My favourite types of alexandrines are the ones with a diaeresis in each hemistich because saying them normally feels like walking down the street, while saying them as an alexandrine feels like doing a figure skating routine (e.g. in Racine, “La nation chérie a violé sa foi”); the ones with an AB-BA structure (“Et le fuyant sans cesse incessamment le suit”), the ones with a ternary structure (“Je suis le ténébreux, le veuf, l’inconsolé”, “Je renonce à la Grèce, à Sparte, à ton empire”) and the ones where 1 word sprawls over an entire hemistich (“Voluptueusement dans cette paix profonde...”).

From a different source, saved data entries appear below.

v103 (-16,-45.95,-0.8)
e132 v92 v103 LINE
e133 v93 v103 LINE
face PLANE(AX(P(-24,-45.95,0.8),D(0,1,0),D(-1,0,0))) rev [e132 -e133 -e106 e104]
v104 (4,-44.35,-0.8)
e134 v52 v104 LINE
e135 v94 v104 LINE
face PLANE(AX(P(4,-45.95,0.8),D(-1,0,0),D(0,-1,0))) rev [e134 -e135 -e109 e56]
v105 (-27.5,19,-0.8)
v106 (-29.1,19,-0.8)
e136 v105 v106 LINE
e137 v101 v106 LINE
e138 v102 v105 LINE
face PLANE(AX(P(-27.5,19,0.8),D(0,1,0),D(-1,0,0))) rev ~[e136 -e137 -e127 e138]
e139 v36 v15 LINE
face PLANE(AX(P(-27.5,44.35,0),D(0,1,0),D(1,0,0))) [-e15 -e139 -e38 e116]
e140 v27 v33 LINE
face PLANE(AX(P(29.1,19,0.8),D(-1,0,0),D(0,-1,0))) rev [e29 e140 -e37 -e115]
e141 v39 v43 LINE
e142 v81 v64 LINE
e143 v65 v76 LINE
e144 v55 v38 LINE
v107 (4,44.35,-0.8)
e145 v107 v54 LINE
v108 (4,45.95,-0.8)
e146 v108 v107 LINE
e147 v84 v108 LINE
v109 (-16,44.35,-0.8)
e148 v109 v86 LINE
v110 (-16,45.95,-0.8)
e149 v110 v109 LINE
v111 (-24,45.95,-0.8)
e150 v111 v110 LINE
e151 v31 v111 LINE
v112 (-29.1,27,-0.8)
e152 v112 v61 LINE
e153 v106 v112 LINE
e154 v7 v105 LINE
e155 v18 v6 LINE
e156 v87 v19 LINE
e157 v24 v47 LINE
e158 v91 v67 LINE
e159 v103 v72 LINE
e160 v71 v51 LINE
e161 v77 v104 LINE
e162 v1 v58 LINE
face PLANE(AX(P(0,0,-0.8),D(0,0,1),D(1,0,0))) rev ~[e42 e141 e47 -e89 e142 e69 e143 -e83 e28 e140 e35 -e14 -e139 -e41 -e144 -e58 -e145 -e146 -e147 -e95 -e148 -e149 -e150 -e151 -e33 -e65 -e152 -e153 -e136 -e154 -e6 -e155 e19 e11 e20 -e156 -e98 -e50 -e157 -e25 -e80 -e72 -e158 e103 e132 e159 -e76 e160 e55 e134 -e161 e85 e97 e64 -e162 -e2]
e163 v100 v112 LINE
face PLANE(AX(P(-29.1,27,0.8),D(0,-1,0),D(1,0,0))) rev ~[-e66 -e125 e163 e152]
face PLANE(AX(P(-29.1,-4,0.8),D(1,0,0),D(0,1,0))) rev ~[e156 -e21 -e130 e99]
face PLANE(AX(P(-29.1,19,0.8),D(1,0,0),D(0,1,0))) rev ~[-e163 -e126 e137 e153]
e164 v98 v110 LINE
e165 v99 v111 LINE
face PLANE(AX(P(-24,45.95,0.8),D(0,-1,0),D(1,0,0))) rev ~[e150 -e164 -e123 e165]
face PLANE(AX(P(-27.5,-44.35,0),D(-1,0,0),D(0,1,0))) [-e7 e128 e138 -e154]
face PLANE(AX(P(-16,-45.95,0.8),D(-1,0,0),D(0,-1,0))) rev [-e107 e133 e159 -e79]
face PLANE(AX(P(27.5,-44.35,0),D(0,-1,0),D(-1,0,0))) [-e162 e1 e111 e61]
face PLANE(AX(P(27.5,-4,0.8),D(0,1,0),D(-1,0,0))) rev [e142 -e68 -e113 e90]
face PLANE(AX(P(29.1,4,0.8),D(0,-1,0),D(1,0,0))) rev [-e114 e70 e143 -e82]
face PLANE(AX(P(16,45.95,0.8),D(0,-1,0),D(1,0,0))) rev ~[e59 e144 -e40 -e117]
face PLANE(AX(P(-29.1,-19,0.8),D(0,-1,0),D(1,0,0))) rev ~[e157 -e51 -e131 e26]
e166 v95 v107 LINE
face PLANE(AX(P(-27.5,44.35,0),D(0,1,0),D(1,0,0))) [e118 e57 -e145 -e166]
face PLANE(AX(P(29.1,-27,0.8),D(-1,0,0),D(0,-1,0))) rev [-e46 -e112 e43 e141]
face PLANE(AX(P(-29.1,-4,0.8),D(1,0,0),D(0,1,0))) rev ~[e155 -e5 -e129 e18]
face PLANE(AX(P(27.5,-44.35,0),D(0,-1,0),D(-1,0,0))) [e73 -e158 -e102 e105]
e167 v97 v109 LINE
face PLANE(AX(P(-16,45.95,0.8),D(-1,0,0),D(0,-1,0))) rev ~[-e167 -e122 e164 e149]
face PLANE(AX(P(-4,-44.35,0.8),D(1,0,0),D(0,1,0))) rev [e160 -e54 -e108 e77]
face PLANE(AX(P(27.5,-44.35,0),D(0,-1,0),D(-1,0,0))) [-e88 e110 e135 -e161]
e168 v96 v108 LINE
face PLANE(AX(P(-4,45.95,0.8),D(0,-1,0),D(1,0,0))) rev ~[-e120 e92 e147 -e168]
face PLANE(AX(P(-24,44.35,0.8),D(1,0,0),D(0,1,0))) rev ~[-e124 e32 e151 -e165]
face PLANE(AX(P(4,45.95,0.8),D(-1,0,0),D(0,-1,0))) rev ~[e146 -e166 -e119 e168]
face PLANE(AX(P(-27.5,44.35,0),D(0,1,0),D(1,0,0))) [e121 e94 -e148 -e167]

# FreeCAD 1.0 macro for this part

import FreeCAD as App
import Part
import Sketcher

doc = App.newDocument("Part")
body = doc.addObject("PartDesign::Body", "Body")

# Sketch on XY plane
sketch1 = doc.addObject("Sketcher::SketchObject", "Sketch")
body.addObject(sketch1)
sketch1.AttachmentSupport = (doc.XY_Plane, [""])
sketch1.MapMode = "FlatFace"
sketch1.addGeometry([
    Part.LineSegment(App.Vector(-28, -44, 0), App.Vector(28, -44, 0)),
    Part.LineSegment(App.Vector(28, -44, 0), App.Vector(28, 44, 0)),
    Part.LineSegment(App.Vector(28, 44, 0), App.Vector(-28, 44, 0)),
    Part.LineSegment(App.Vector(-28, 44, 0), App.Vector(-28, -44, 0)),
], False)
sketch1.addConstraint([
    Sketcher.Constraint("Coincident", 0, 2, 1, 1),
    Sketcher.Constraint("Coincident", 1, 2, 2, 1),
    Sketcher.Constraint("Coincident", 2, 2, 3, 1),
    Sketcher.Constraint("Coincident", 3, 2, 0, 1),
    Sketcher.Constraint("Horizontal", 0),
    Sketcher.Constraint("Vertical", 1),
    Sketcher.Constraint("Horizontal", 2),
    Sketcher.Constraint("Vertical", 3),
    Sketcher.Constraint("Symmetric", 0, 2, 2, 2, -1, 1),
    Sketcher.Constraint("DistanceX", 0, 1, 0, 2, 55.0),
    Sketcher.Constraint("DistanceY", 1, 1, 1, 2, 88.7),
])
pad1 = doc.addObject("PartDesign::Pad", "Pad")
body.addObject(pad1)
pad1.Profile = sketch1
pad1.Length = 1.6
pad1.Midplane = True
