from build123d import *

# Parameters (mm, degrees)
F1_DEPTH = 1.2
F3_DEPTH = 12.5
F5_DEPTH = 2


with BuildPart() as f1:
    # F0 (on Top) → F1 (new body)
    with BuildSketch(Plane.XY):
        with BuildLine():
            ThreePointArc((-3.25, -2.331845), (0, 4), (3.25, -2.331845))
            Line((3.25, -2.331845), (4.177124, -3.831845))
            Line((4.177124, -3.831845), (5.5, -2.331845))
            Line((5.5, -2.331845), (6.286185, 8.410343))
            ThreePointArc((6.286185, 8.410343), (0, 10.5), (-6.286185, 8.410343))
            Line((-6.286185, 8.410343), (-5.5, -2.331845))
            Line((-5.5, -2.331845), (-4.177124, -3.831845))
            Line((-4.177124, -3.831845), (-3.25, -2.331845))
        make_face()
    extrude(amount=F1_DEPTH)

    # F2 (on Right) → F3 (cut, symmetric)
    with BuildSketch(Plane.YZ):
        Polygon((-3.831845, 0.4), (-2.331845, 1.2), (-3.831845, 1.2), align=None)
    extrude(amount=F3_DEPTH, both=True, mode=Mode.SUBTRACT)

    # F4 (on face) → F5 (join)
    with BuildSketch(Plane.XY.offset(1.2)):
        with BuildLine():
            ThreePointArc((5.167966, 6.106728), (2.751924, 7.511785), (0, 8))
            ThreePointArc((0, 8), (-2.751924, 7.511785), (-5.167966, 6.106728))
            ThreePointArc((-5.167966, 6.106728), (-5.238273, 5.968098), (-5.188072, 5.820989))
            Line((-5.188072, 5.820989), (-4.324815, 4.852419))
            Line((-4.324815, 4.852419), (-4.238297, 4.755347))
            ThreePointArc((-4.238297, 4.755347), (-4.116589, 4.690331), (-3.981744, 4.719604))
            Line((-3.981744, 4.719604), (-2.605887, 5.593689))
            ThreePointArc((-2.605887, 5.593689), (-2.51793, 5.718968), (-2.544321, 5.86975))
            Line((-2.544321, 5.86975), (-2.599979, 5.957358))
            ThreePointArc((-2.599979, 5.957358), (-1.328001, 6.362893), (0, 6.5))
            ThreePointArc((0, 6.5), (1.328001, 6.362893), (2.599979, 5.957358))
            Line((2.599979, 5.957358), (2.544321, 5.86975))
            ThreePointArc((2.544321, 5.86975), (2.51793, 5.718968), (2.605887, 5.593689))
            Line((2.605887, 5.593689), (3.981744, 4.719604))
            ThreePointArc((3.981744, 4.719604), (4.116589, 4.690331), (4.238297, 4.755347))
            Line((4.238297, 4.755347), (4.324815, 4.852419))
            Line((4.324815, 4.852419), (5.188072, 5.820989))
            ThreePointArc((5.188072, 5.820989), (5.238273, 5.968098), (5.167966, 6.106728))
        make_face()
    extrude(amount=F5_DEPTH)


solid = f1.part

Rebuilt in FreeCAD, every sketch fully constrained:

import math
import FreeCAD as App
import Part
import Sketcher
Q = App.Units.Quantity


def add_polygon(sketch, points):
    """Adds a closed chain of lines whose ends are joined by coincident constraints."""
    first, n = sketch.GeometryCount, len(points)
    for a, b in zip(points, points[1:] + points[:1]):
        sketch.addGeometry(Part.LineSegment(App.Vector(*a, 0), App.Vector(*b, 0)), False)
    for i in range(n):
        sketch.addConstraint(Sketcher.Constraint("Coincident", first + i, 2, first + (i + 1) % n, 1))

doc = App.newDocument("Part")
params = doc.addObject("Spreadsheet::Sheet", "Params")
for row, (alias, value) in enumerate([
    ("sketch1_radius", "4 mm"),
    ("sketch1_length", "2 mm"),
    ("pad1_length", "1.2 mm"),
    ("sketch2_width", "1.5 mm"),
    ("sketch2_height", "0.8 mm"),
    ("pocket1_length", "25 mm"),
    ("sketch3_radius", "8 mm"),
    ("sketch3_radius2", "0.200001 mm"),
    ("pad2_length", "2 mm"),
], start=1):
    params.set(f"A{row}", alias)
    params.set(f"B{row}", "=" + value)
    params.setAlias(f"B{row}", alias)

body = doc.addObject("PartDesign::Body", "Body")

The worst alexandrines imo are the ones that force you to acknowledge how many tiny grammatical bricks are involved in the building of a French sentence. Orally we tend to squish them together so we can forget about them but the merciless alexandrine will demand that you mortify yourself pronouncing all of them, e.g. “O nuit, qu’est-ce que c’est que ces guerriers livides ?” (thank you Victor Hugo for this ignominy) (<- here’s an alexandrine), or “Si ce que je te dis ne se dit pas ainsi”... “Ce que je te (...) ne se” is a horrible succession of words by poetical standards but wait I’ve got worse!
Tu m’as pris mon trésor et t’étonnes tout bas De ce que je ne te le redemande pas
“De ce que je ne te le”—see? French at its Frenchest.